I’m testing several home autmation systems - also on my bucket list is “Home Assistant”, which was set up and running within a few minutes. It looks quite good to me and I tried to implement my “test scenario”.
There are two shellies: shelly1 which acts as switch and a shelly pm1 which acts as power meter, both connected via mqtt broker (external mosquito). Goal: If the power meter ist above 1 it should turn on the switch and if below 1 it should turn off the switch. I ended up with these automation rules:
Do I really need two rules for that? Can I use one, but how? I was wondering if I could do a equals zero comparison to check if there is power or not and do a simple if power == 0 then turn switch off else turn switch on.
I realised that these triggers only fires when the numeric state changes, but not on every incoming mqtt message. Said that if shelly pm1 sends 100 x sending power 0 there is no firing of the trigger. I.e. in openhab you have a “item changed” trigger. Is there something similar in Home Assistant?
Many thanks for your time and I hope to find someone who can answer my questions.
no, but the way to combine them into one automation is not straight forward. It looks something like:
- alias: 'rule'
trigger:
platform: state
entity_id: sensor.powermeter
action:
- entity_id: switch.shellytest
service: >
{% if trigger.to_state.state | int >= 1 %}
switch.turn_on
{% else %}
switch.turn_off
{% endif %}
or you could shorten it a bit:
- alias: 'rule'
trigger:
platform: state
entity_id: sensor.powermeter
action:
- entity_id: switch.shellytest
service: switch.turn_{{ 'on' if trigger.to_state.state | int >= 1 else 'off' }}
I haven’t tested those templates but I’m pretty sure they will work.
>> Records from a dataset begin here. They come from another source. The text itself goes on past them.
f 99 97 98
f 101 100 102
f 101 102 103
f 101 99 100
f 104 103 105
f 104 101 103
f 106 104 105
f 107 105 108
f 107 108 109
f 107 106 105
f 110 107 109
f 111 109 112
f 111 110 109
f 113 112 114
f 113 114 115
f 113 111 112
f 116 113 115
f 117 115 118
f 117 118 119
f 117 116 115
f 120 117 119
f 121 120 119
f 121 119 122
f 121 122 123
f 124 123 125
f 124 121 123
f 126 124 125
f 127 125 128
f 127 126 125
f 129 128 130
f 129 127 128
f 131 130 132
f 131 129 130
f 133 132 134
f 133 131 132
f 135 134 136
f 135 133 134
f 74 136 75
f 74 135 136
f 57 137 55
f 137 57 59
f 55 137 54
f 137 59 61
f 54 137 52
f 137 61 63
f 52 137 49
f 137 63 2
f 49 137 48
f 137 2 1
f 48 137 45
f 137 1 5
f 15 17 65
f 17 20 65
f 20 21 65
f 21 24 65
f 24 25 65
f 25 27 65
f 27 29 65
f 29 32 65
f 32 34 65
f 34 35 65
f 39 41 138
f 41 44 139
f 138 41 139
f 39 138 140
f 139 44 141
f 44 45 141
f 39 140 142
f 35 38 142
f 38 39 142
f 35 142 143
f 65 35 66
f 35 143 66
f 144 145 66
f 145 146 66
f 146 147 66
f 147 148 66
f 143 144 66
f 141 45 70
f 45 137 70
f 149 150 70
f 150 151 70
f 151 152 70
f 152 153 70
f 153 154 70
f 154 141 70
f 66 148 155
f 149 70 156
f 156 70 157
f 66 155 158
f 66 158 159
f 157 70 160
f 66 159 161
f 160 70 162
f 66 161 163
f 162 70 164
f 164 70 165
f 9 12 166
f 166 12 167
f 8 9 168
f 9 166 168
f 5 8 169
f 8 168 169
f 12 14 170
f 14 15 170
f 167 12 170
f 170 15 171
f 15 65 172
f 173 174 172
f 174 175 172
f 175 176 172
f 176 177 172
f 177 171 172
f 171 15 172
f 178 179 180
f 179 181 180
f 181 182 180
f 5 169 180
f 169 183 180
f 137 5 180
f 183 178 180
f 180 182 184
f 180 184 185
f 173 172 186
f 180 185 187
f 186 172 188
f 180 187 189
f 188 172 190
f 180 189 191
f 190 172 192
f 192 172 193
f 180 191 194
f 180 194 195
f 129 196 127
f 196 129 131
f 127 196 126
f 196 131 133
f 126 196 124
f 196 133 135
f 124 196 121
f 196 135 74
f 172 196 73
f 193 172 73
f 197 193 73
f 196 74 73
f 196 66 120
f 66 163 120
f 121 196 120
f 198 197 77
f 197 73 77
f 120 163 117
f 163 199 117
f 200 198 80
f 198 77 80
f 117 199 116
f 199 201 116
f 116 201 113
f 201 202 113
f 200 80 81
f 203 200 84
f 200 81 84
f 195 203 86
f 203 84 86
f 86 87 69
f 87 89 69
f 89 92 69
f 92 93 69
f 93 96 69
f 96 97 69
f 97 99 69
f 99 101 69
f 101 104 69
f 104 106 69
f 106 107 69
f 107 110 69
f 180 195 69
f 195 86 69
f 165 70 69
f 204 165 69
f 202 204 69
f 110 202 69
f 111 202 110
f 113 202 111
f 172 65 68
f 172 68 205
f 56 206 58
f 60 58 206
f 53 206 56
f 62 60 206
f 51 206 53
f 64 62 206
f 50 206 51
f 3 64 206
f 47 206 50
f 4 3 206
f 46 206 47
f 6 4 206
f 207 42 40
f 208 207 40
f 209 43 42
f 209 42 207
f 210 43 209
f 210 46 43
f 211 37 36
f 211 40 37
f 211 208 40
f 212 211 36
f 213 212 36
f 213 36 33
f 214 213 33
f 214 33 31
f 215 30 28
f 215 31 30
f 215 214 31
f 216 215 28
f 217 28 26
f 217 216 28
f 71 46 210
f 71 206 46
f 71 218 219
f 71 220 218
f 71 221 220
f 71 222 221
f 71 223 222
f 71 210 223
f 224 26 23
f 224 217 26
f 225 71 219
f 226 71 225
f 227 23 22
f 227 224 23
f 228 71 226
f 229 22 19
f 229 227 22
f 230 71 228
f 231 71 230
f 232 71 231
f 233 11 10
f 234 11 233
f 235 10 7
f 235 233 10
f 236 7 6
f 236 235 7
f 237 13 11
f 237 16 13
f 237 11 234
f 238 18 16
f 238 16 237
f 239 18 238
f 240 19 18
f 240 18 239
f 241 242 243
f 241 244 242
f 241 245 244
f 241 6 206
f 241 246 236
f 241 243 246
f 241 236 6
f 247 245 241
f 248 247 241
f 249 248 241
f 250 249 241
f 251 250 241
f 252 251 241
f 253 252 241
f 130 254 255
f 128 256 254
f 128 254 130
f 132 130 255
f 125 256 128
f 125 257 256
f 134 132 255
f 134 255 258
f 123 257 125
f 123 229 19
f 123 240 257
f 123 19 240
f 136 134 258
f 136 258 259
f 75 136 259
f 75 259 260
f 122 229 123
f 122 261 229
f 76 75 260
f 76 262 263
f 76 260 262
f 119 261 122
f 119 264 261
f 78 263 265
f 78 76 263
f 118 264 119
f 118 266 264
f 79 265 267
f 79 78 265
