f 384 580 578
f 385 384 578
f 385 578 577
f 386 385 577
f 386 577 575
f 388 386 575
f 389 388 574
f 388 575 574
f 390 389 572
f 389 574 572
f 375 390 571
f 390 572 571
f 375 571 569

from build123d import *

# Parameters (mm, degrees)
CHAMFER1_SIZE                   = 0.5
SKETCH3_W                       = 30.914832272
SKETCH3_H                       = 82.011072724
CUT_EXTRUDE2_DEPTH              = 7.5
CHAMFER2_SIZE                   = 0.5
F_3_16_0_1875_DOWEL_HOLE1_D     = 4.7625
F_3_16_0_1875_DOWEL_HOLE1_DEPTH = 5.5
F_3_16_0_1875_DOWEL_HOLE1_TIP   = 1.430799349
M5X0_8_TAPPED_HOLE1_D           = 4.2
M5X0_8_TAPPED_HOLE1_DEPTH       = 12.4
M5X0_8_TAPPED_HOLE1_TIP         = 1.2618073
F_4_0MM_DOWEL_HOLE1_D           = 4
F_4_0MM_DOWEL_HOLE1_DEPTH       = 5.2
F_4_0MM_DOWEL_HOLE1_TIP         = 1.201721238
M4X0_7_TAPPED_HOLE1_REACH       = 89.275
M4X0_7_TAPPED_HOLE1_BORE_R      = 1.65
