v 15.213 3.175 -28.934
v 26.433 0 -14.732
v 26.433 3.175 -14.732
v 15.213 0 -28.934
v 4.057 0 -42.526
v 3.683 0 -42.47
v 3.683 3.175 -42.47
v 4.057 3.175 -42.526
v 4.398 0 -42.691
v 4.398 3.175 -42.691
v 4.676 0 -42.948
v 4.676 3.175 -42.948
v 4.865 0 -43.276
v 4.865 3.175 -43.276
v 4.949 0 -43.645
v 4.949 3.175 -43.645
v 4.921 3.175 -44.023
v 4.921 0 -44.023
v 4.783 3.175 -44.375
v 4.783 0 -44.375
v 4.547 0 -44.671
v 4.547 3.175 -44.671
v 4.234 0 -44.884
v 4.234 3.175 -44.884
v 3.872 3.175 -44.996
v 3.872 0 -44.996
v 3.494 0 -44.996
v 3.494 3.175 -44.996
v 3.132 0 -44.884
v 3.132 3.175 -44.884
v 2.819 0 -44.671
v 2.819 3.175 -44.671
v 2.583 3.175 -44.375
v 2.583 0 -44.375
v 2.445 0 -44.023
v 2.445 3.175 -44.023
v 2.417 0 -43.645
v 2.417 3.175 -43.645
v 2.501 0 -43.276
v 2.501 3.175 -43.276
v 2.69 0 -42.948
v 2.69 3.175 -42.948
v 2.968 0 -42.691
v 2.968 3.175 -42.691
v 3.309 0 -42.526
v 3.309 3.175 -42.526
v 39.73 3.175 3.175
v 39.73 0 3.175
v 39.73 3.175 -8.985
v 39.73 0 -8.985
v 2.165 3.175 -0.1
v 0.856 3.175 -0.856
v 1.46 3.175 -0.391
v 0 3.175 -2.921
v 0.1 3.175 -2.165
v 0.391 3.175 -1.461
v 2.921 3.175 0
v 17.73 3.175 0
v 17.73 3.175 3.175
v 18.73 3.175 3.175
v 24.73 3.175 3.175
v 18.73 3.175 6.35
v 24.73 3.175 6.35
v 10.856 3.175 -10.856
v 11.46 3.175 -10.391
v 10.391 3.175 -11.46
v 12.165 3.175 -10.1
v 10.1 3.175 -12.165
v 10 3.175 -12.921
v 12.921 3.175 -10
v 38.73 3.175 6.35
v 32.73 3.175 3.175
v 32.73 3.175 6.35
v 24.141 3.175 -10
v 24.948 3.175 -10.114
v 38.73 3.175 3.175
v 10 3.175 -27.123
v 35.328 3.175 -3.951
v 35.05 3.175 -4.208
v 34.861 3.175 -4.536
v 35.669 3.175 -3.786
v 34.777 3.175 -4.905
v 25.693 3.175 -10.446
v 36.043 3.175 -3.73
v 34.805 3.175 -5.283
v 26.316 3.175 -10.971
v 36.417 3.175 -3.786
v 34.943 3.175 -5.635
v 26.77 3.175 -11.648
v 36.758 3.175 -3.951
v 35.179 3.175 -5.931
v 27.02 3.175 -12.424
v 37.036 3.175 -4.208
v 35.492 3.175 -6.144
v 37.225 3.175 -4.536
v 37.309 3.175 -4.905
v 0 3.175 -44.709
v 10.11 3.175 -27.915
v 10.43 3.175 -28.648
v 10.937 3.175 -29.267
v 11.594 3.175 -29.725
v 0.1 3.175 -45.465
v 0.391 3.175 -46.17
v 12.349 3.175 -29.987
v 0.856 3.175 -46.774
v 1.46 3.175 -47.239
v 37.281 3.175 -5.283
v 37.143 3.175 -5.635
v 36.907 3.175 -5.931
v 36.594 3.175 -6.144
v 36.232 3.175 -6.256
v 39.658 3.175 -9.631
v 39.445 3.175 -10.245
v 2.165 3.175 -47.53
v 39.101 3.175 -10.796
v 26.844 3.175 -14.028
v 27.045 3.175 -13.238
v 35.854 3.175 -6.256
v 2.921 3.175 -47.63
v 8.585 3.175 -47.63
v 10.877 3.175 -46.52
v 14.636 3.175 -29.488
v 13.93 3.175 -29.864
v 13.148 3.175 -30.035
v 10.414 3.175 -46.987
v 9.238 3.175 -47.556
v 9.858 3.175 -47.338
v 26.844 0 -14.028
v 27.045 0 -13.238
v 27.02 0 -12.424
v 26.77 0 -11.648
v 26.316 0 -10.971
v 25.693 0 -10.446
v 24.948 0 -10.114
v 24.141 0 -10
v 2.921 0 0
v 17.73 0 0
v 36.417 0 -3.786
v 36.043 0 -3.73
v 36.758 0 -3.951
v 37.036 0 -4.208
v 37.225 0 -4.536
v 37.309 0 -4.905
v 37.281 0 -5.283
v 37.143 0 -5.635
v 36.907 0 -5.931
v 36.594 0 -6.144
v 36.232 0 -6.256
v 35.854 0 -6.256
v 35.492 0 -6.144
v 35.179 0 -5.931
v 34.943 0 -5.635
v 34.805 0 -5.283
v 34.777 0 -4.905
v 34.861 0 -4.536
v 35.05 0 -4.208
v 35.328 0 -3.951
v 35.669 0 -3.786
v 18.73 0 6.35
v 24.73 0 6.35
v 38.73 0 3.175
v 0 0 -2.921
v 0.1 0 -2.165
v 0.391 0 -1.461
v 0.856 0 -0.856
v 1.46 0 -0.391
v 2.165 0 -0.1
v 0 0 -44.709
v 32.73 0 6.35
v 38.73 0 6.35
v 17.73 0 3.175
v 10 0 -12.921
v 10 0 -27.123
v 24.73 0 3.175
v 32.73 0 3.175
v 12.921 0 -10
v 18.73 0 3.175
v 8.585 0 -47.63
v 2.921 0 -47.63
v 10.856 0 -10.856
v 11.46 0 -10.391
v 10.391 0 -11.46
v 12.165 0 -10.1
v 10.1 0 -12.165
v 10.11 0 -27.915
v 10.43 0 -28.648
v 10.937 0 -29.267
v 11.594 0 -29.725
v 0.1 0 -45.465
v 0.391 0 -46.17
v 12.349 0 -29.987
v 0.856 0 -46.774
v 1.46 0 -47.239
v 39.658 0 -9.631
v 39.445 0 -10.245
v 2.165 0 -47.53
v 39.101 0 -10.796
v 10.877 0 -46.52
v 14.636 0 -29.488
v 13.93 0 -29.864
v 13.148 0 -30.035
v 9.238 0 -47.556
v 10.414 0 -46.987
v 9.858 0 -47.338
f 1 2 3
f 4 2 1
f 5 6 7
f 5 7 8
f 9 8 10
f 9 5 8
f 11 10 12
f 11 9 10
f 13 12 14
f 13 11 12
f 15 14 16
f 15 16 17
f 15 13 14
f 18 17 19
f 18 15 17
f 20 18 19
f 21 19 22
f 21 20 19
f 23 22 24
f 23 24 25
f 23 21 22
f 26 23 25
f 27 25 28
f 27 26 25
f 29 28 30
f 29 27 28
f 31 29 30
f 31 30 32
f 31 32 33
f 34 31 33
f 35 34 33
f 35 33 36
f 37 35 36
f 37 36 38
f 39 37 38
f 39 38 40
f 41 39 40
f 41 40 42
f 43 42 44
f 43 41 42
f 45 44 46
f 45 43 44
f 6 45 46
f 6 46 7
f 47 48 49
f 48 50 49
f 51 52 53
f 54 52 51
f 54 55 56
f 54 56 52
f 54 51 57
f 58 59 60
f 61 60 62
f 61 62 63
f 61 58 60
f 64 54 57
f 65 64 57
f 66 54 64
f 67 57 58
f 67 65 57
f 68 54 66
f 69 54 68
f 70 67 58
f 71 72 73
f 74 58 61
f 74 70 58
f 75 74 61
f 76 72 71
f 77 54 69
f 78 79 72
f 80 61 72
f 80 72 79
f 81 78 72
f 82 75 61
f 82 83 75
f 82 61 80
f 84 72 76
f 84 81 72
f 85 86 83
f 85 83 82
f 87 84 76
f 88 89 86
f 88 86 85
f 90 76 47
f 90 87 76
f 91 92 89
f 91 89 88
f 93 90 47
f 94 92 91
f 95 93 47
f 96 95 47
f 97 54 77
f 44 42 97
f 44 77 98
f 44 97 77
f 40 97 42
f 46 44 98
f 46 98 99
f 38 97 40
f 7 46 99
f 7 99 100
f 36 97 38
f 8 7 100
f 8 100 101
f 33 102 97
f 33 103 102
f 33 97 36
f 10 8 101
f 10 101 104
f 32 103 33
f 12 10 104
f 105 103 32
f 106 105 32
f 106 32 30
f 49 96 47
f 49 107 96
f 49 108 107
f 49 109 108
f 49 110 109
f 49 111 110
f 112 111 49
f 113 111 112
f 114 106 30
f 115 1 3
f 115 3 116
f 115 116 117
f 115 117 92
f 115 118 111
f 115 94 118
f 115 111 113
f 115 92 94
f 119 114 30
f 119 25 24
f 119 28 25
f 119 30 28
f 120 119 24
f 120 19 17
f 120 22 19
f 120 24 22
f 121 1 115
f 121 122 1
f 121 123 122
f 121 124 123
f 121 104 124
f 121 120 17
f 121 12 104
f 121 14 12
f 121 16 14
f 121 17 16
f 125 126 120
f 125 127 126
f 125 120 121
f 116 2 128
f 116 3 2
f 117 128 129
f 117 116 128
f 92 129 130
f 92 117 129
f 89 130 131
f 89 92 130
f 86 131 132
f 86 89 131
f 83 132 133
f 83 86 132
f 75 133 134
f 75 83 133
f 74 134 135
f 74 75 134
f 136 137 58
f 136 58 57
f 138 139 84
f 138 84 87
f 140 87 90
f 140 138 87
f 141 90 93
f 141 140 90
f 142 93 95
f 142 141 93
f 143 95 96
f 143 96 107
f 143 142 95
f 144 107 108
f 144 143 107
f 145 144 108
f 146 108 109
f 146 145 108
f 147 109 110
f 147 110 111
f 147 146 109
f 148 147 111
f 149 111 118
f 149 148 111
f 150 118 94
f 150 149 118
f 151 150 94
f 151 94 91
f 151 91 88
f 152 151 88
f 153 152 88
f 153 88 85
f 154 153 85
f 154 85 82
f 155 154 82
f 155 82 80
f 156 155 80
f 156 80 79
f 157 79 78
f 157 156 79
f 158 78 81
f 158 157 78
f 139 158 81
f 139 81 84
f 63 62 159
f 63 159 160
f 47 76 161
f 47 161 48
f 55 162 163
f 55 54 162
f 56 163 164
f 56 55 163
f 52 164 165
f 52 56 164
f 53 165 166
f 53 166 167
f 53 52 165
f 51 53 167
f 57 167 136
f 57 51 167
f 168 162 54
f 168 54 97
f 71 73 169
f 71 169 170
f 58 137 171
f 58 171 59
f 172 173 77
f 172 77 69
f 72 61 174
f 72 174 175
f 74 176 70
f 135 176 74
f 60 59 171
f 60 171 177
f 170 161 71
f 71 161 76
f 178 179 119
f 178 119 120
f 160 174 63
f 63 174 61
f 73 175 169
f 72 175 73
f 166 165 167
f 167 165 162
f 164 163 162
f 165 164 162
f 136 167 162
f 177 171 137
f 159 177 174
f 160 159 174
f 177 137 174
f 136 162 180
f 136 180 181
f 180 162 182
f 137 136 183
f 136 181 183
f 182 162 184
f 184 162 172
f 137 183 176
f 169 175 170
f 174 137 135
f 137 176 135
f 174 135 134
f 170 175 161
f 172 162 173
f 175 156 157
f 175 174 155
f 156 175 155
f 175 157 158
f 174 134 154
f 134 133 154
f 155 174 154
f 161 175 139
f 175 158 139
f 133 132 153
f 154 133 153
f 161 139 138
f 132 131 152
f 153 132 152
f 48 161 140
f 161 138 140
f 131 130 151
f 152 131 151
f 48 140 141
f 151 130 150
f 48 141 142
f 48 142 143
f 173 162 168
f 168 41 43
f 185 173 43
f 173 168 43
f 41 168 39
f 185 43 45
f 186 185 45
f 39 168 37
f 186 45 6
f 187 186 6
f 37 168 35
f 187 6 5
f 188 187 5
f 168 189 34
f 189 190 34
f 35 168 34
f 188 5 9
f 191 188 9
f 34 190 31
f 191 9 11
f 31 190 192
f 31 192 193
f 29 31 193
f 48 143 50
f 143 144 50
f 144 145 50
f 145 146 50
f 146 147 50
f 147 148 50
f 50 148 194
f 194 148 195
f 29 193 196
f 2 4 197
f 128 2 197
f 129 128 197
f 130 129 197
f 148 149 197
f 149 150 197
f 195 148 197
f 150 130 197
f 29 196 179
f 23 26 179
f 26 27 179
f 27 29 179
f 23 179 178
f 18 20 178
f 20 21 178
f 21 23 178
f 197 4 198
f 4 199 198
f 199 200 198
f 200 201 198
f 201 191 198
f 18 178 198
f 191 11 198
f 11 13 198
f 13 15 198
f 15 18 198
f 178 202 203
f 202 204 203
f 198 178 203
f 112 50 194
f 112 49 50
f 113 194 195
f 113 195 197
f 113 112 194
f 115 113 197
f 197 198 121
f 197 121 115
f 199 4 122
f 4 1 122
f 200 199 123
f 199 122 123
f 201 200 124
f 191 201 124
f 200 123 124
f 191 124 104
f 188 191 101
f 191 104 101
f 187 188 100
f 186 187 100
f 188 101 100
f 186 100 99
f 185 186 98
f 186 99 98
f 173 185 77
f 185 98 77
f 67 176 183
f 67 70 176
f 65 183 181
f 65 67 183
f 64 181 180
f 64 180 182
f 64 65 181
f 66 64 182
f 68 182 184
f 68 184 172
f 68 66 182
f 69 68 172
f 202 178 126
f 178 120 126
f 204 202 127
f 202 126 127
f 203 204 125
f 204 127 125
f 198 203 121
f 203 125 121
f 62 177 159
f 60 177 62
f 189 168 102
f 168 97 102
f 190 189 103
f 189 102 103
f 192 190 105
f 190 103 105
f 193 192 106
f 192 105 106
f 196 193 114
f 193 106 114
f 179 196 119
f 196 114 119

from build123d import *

# Parameters (mm, degrees)
SKETCH1_R           = 1.27
BOSS_EXTRUDE1_DEPTH = 3.175
FILLET1_R           = 2.921
SKETCH5_W           = 22
SKETCH5_H           = 3.175
BOSS_EXTRUDE3_DEPTH = 3.175
SKETCH2_W           = 6
SKETCH2_H           = 3.175
BOSS_EXTRUDE2_DEPTH = 3.175


with BuildPart() as part:
    # Sketch1 → Boss-Extrude1 (new body)
    with BuildSketch(Plane(origin=(0, 0, 0), x_dir=(1, 0, 0), z_dir=(0, 1, 0))):
        Polygon((0, 0), (0, 47.63), (10, 47.63), (39.73, 10), (39.73, 0), align=None)
        with Locations(Location((3.683, 43.74, 0), (0, 0, 270))):
            Circle(SKETCH1_R, mode=Mode.SUBTRACT)
        with Locations(Location((36.043, 5, 0), (0, 0, 270))):
            Circle(SKETCH1_R, mode=Mode.SUBTRACT)
        Polygon((10, 35.531824847), (10, 10), (30.171702171, 10), align=None, mode=Mode.SUBTRACT)
    extrude(amount=BOSS_EXTRUDE1_DEPTH)

    # Fillet1
    fillet1_edges = [part.edges().sort_by_distance(p)[0] for p in [
        (10, 1.5875, -10),
        (30.171702171, 1.5875, -10),
        (10, 1.5875, -35.531824847),
        (0, 1.5875, 0),
        (0, 1.5875, -47.63),
        (10, 1.5875, -47.63),
        (39.73, 1.5875, -10),
    ]]
    fillet(fillet1_edges, radius=FILLET1_R)

    # Sketch5 → Boss-Extrude3 (add)
    with BuildSketch(Plane.XY):
        with Locations((28.73, 1.5875)):
            Rectangle(SKETCH5_W, SKETCH5_H)
    extrude(amount=BOSS_EXTRUDE3_DEPTH)

    # Sketch2 → Boss-Extrude2 (add)
    with BuildSketch(Plane.XY.offset(3.175)):
        with Locations((21.73, 1.5875)):
            Rectangle(SKETCH2_W, SKETCH2_H)
        with Locations((35.73, 1.5875)):
            Rectangle(SKETCH2_W, SKETCH2_H)
    extrude(amount=BOSS_EXTRUDE2_DEPTH)


solid = part.part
But sometimes it’s better to just use two automations until you get your “HA legs”.
you can use the trigger above (leaving out the normally added “to:” option for a state trigger) that will fire not only on every state change but also every attribute change. But then you need to implement some other type of program control to stop it from performing the action on every state and attribute change…unless of course that’s what you intend.
thank you very much for your precise and clear answer. This brings really light into the darkness - after playing around for some hours testing HA syntax and HA logic, this helped me a lot to go on with my research
I will do some further testing with your suggestions.